Segment Start: Materials provided

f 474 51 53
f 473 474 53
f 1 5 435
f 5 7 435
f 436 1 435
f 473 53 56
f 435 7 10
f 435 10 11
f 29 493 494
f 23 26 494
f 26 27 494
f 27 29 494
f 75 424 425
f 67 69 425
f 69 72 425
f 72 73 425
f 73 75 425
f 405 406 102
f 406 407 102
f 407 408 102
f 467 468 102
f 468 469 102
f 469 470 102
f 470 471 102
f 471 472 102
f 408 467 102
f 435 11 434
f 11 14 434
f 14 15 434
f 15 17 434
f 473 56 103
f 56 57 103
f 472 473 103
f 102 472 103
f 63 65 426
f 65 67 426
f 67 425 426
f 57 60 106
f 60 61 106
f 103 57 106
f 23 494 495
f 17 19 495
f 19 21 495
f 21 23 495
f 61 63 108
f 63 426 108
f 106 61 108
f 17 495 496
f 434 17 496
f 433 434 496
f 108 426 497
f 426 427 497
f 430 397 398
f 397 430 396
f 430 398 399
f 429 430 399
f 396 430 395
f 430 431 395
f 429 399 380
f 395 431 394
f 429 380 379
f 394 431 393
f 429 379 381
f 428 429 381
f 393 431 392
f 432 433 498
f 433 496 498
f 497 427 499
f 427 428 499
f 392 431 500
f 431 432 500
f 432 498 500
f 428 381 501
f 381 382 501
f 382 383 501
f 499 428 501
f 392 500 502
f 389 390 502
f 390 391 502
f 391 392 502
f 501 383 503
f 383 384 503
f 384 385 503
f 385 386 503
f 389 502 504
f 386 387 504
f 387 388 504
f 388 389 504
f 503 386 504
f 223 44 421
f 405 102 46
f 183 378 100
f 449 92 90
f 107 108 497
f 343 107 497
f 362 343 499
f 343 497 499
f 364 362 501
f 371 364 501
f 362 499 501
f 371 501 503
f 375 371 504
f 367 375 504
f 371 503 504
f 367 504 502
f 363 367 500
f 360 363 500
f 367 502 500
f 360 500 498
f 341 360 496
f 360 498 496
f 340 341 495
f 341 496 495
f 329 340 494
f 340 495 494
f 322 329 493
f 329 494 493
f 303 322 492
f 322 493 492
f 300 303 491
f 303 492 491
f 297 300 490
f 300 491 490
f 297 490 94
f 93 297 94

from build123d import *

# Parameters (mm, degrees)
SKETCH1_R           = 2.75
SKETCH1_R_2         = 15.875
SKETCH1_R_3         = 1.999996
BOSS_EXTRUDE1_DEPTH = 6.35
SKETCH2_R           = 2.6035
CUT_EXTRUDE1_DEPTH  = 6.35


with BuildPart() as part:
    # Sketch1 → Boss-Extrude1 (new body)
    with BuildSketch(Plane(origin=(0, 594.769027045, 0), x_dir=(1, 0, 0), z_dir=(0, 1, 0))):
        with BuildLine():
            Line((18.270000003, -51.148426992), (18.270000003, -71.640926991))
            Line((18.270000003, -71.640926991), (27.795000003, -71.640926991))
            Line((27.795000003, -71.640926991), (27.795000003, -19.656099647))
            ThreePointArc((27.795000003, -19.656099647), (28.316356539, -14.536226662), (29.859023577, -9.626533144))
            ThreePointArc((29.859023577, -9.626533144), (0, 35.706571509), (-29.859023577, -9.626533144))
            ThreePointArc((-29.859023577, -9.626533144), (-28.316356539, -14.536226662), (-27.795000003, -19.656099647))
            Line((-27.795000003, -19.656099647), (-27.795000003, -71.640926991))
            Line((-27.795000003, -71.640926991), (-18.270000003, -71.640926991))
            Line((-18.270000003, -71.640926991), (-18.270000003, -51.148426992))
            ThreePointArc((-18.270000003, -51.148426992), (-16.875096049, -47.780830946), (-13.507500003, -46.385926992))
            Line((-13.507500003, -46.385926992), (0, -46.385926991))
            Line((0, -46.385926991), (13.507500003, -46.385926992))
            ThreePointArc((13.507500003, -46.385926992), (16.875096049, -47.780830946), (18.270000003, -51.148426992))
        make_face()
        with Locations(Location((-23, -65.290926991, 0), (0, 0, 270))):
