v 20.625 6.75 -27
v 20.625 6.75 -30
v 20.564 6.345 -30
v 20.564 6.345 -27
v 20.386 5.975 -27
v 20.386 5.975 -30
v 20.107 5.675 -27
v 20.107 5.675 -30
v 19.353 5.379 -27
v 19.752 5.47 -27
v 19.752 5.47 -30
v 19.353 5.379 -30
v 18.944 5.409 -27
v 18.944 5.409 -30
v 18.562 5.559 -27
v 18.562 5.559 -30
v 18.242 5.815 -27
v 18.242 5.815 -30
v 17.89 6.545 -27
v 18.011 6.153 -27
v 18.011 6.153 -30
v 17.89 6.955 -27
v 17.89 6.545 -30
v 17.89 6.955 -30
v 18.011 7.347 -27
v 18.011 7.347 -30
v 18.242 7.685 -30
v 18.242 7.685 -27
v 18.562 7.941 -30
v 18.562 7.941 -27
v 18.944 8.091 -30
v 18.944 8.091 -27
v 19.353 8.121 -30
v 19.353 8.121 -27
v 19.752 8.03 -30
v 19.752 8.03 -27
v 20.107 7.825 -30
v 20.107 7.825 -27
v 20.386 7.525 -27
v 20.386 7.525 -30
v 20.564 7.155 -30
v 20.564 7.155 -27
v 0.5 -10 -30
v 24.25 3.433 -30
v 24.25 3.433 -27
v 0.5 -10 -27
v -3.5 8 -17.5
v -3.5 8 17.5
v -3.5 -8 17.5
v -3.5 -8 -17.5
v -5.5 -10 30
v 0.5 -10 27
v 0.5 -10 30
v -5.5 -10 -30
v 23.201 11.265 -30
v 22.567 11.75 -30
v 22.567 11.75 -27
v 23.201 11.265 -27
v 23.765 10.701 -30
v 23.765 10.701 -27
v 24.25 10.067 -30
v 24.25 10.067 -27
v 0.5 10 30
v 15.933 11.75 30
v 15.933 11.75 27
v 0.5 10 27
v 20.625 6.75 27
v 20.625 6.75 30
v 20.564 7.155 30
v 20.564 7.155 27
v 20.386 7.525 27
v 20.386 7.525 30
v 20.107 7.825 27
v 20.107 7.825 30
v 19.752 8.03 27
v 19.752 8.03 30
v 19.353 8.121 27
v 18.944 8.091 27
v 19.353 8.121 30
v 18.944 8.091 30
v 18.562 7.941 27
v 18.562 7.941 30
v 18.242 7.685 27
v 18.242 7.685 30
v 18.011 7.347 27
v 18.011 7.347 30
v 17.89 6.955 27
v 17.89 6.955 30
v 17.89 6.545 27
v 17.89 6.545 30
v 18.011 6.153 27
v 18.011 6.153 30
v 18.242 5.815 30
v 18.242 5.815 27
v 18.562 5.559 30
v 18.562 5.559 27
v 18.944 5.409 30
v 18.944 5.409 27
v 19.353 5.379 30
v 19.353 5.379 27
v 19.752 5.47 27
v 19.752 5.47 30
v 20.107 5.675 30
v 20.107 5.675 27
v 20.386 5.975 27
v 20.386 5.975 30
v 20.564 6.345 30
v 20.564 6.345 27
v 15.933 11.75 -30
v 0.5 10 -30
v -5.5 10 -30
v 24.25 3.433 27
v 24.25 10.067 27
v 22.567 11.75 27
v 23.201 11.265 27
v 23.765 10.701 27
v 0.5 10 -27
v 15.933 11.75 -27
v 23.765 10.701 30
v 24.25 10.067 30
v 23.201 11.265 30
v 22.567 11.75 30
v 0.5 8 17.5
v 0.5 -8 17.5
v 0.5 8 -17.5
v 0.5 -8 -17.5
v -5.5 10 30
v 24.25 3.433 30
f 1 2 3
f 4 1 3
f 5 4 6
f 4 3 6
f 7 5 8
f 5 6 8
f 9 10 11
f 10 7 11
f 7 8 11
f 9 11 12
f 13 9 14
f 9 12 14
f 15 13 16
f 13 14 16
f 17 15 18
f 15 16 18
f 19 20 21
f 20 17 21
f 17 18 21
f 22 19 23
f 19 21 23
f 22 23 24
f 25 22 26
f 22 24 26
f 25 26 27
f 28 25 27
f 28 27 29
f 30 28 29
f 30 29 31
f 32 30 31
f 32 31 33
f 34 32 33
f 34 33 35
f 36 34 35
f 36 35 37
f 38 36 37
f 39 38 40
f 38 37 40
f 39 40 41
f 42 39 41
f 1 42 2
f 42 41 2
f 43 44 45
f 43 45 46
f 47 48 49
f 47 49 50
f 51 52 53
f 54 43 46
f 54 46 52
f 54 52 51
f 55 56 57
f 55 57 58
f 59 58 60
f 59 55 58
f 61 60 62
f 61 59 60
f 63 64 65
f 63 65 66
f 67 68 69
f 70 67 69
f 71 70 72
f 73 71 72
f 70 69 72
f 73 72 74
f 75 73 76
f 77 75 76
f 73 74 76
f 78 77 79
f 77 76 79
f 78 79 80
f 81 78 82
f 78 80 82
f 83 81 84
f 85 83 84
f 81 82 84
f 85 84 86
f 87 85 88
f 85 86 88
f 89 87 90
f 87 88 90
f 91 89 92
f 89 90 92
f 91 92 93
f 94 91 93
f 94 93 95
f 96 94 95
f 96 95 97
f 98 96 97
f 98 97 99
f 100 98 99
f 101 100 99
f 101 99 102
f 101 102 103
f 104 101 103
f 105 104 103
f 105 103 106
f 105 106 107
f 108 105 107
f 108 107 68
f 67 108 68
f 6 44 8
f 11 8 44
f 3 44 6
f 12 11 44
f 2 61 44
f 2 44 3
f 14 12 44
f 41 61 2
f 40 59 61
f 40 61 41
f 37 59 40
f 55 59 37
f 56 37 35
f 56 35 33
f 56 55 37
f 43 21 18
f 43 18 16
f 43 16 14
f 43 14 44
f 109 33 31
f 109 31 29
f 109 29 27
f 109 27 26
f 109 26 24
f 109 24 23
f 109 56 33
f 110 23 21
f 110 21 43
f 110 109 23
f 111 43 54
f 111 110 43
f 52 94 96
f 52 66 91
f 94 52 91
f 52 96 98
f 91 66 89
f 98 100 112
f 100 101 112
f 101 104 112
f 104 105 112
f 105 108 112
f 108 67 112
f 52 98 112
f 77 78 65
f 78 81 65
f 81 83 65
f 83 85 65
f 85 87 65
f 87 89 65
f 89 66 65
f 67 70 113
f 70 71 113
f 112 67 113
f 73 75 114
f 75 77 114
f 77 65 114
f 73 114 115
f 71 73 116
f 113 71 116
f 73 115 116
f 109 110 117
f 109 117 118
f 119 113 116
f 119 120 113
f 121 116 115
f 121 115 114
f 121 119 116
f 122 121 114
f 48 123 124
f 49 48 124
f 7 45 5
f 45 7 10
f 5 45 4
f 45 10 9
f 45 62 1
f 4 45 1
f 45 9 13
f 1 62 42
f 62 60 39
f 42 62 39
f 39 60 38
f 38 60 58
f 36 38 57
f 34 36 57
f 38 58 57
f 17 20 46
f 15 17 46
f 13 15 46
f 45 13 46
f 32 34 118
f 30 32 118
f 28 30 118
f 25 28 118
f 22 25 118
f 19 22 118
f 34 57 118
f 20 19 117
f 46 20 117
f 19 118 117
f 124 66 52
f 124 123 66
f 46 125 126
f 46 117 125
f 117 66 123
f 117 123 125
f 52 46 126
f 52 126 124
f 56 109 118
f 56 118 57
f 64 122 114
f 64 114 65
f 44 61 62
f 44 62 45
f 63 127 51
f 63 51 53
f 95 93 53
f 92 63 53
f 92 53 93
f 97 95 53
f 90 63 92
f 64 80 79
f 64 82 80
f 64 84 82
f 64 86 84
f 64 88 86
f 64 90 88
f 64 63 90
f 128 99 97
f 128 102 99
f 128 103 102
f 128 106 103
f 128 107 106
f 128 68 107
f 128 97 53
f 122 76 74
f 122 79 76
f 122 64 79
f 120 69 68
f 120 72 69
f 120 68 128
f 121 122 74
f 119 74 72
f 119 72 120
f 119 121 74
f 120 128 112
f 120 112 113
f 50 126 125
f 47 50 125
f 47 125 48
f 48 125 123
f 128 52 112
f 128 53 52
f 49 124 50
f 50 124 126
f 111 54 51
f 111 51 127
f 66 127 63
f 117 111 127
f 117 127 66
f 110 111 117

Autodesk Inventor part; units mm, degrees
ref_plane "YZ Plane" through (0, 0, 0) normal (1, 0, 0) x (0, 1, 0)
ref_plane "XZ Plane" through (0, 0, 0) normal (0, 1, 0) x (-1, 0, 0)
ref_plane "Work Plane1" through (4.77, 2.8444, 22.011) normal (0, 0, 1) x (1, 0, 0)
sketch "Sketch1" plane through (0, 0, 0) normal (0, 0, 1) x (1, 0, 0)
  line L0 (0.5, -10) -> (-5.5, -10)
  line L1 (-5.5, -10) -> (-5.5, 10)
  line L2 (-5.5, 10) -> (0.5, 10)
  line L3 (0.5, 10) -> (0.5, -10)
  line L4 (-4, 8) -> (-4, -8) construction
  line L5 (0, 8) -> (-4, 8) construction
  line L6 (0, -8) -> (-4, -8) construction
  line L7 (0.5, -14.6916) -> (0.5, 15.0789) construction
  point P0 (0, 0)
  dimension "d0" = 2
  dimension "d1" = 2
  dimension "d3" = 6
  dimension "d4" = 0
extrude "Extrusion1" add sketch "Sketch1" along normal mid plane 60
sketch "Sketch2" plane through (0.5, -10, 30) normal (1, 0, 0) x (0, 0, -1)
  line L0 (47.5, 18) -> (12.5, 18) projected
  line L1 (12.5, 18) -> (12.5, 2) projected
  line L2 (12.5, 2) -> (47.5, 2) projected
  line L3 (47.5, 2) -> (47.5, 18) projected
  line L4 (41.725, 8.15) -> (18.275, 8.15) projected
  arc A0 (17.675, 8.75) -> (18.275, 8.15) centre (18.275, 8.75) ccw projected
  line L5 (17.675, 8.75) -> (17.675, 11.25) projected
  arc A1 (18.275, 11.85) -> (17.675, 11.25) centre (18.275, 11.25) ccw projected
  line L6 (18.275, 11.85) -> (41.725, 11.85) projected
  arc A2 (42.325, 11.25) -> (41.725, 11.85) centre (41.725, 11.25) ccw projected
  line L7 (42.325, 11.25) -> (42.325, 8.75) projected
  arc A3 (41.725, 8.15) -> (42.325, 8.75) centre (41.725, 8.75) ccw projected
  point P0 (30, 10)
extrude "Extrusion2" cut sketch "Sketch2" against normal blind 4 contours L3 L2 L1 L0 | L4 A0 L5 A1 L6 A2 L7 A3
sketch "Sketch3" plane through (0, 0, 30) normal (0, 0, 1) x (1, 0, 0)
  arc A0 (13.2615, 6.3791) -> (13.2616, 6.3779) centre (19.25, 6.75) ccw construction
  line L0 (-5.5, -10) -> (0.5, -10) projected
  line L1 (0.5, 10) -> (-5.5, 10) projected
  line L2 (0.5, 10) -> (0.5, -10)
  circle A1 centre (19.25, 6.75) radius 1.375
  line L3 (4.77, 6.75) -> (24.4771, 6.75) construction
  line L4 (24.25, 3.4334) -> (24.25, 10.0666)
  line L5 (22.5666, 11.75) -> (15.9334, 11.75)
  line L6 (24.25, 6.75) -> (19.25, 6.75) construction
  line L7 (19.25, 11.75) -> (19.25, 6.75) construction
  arc A2 (18.6093, 0.7843) -> (22.5666, 11.75) centre (19.25, 6.75) ccw
  line L8 (15.9334, 11.75) -> (0.5, 10)
  line L9 (0.5, -10) -> (24.25, 3.4334)
  arc A3 (2.5, 31.5) -> (-5.5, -10) centre (19.25, 6.75) ccw construction
  line L10 (0.5, -10) -> (0.5, 10) construction
  arc A4 (2.5, 25.5) -> (0.5, -10) centre (19.25, 6.75) ccw construction
  line L11 (2.5, 31.5) -> (2.5, 25.5) construction
  line L12 (2.77, 3.75) -> (0.5, 3.75) construction
  point P0 (0, 0)
  point P1 (19.25, 12.75)
  dimension "d12" = 2.75
  dimension "d13" = 6
  dimension "d18" = 1
  dimension "d19" = 2
  dimension "d20" = 3
extrude "Extrusion3" add sketch "Sketch3" against normal blind 3 contours L8 L5 A2 L4 L9 L2
mirror "Mirror1" about plane through (0, 0, 0) normal (0, 0, 1) of "Extrusion3"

Segment End: Materials provided

Where a line of the data holds the word "ThreePointArc", copy that line.

> Response below:
            ThreePointArc((27.795000003, -19.656099647), (28.316356539, -14.536226662), (29.859023577, -9.626533144))
            ThreePointArc((29.859023577, -9.626533144), (0, 35.706571509), (-29.859023577, -9.626533144))
            ThreePointArc((-29.859023577, -9.626533144), (-28.316356539, -14.536226662), (-27.795000003, -19.656099647))
            ThreePointArc((-18.270000003, -51.148426992), (-16.875096049, -47.780830946), (-13.507500003, -46.385926992))
            ThreePointArc((13.507500003, -46.385926992), (16.875096049, -47.780830946), (18.270000003, -51.148426992))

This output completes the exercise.